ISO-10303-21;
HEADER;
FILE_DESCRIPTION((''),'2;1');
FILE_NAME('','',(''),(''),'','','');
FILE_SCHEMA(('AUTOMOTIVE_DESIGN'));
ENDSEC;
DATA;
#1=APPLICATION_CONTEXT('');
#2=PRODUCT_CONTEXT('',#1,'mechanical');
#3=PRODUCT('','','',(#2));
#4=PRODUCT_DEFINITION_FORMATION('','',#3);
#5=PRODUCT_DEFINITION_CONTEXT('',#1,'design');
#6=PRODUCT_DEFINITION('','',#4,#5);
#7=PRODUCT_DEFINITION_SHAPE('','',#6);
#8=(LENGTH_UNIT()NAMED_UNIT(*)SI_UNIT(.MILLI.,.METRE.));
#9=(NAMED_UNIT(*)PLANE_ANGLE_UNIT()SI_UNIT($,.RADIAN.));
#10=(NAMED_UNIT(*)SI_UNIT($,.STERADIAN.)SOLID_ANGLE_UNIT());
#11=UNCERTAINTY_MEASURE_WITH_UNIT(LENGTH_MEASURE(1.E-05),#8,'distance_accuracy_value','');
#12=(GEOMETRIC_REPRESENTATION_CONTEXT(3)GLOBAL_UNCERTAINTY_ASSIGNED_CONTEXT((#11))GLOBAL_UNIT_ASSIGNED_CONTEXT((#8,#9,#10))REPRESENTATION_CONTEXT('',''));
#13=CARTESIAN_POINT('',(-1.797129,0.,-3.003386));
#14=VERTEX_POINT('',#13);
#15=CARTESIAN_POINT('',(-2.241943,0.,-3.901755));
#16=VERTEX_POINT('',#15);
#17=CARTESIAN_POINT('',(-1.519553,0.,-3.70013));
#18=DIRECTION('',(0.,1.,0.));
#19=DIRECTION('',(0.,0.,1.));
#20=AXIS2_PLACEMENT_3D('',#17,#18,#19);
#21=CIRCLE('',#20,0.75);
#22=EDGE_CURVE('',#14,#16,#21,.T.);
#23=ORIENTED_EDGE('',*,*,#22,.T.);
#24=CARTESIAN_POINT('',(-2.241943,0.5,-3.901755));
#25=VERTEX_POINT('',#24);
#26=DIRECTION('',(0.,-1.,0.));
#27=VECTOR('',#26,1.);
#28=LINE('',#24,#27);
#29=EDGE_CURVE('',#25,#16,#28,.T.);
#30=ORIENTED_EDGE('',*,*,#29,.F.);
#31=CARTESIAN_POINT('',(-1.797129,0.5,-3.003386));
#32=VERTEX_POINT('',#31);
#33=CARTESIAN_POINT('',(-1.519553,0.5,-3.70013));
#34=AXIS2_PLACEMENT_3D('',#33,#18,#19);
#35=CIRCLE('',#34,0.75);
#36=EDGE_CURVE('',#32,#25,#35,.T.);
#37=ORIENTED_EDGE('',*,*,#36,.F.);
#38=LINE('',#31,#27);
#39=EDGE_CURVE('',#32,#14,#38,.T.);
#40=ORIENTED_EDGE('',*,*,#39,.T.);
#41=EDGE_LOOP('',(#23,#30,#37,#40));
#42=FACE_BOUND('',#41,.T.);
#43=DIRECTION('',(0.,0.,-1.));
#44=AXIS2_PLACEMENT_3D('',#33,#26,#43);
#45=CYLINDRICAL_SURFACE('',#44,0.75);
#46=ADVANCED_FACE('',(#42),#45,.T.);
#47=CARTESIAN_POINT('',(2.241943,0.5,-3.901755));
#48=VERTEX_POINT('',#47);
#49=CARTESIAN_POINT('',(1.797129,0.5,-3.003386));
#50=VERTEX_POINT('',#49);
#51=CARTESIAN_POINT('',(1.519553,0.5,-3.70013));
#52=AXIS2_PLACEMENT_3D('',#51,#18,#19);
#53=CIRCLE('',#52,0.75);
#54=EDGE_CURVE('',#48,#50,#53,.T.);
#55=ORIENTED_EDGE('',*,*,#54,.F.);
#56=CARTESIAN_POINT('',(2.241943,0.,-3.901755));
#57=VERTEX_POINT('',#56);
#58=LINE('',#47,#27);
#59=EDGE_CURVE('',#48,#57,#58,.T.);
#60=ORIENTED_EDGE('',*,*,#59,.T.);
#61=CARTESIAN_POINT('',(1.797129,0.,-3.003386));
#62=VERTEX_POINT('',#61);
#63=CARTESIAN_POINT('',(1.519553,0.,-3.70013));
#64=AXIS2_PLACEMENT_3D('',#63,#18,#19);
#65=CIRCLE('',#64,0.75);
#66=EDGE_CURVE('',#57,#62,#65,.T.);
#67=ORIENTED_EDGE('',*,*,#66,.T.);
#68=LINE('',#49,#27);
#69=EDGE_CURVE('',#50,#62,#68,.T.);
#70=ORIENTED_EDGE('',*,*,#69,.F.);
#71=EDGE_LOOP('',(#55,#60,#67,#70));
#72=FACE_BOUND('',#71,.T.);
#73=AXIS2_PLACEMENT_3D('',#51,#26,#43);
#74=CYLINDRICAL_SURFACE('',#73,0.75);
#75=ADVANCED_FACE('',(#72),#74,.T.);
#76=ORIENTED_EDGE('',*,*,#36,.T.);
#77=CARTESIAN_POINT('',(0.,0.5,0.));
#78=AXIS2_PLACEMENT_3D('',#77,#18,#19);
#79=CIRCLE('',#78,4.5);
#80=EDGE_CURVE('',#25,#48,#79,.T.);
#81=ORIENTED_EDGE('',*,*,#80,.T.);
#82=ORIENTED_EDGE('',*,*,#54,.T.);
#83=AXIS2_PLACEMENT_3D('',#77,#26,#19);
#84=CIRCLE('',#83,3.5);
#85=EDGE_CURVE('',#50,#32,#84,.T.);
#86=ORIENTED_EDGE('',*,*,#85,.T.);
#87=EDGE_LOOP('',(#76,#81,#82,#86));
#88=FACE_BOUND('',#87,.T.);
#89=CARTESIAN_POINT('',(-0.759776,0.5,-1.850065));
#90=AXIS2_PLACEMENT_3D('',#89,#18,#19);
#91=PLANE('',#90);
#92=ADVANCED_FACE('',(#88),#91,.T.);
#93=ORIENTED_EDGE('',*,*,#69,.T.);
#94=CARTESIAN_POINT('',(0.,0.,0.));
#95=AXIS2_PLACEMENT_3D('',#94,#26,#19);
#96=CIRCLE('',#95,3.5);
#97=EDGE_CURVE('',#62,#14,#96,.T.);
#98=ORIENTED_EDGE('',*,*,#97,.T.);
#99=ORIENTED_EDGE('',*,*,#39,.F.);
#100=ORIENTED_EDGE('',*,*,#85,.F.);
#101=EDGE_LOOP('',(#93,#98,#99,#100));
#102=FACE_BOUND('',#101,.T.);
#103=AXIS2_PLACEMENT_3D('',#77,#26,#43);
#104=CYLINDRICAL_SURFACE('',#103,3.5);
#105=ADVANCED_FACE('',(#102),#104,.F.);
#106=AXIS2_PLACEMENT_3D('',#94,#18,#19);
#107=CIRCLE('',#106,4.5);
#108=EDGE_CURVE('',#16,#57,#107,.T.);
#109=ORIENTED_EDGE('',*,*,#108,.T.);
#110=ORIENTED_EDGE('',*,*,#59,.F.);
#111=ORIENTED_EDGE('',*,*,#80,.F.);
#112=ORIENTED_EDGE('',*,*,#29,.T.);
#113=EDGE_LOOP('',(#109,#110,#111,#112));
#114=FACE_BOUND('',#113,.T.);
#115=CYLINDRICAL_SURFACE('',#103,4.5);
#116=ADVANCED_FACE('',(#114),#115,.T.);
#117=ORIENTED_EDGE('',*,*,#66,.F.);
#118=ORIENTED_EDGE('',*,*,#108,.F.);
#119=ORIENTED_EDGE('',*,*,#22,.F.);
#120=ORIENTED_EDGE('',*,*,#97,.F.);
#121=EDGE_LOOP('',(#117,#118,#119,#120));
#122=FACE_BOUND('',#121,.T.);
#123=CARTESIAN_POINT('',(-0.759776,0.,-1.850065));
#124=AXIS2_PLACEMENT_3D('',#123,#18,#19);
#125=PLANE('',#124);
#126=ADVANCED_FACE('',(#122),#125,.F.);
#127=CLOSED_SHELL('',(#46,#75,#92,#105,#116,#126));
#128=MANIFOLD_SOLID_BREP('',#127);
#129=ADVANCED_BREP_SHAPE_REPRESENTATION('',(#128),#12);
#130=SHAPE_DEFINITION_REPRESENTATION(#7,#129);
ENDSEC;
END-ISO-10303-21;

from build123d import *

# Parameters (mm, degrees)
BOSS_EXTRUDE1_DEPTH = 0.5


with BuildPart() as part:
    # Sketch1 → Boss-Extrude1 (new body)
    with BuildSketch(Plane(origin=(0, 0, 0), x_dir=(1, 0, 0), z_dir=(0, 1, 0))):
        with BuildLine():
            ThreePointArc((-1.797128778, 3.003386115), (0, -3.5), (1.797128778, 3.003386115))
            ThreePointArc((1.797128778, 3.003386115), (0.847429492, 4.03292135), (2.241942654, 3.901755135))
            ThreePointArc((2.241942654, 3.901755135), (0, -4.5), (-2.241942654, 3.901755135))
            ThreePointArc((-2.241942654, 3.901755135), (-0.847429492, 4.03292135), (-1.797128778, 3.003386115))
        make_face()
    extrude(amount=BOSS_EXTRUDE1_DEPTH)


solid = part.part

* * *

> **Task details**
In the data above, which lines lie between the line with "#55=ORIENTED_EDGE('',*,*,#54,.F.);" and the line with "#69=EDGE_CURVE('',#50,#62,#68,.T.);", inclusive? Print those lines exactly and nothing else.

> **Written answer**
#55=ORIENTED_EDGE('',*,*,#54,.F.);
#56=CARTESIAN_POINT('',(2.241943,0.,-3.901755));
#57=VERTEX_POINT('',#56);
#58=LINE('',#47,#27);
#59=EDGE_CURVE('',#48,#57,#58,.T.);
#60=ORIENTED_EDGE('',*,*,#59,.T.);
#61=CARTESIAN_POINT('',(1.797129,0.,-3.003386));
#62=VERTEX_POINT('',#61);
#63=CARTESIAN_POINT('',(1.519553,0.,-3.70013));
#64=AXIS2_PLACEMENT_3D('',#63,#18,#19);
#65=CIRCLE('',#64,0.75);
#66=EDGE_CURVE('',#57,#62,#65,.T.);
#67=ORIENTED_EDGE('',*,*,#66,.T.);
#68=LINE('',#49,#27);
#69=EDGE_CURVE('',#50,#62,#68,.T.);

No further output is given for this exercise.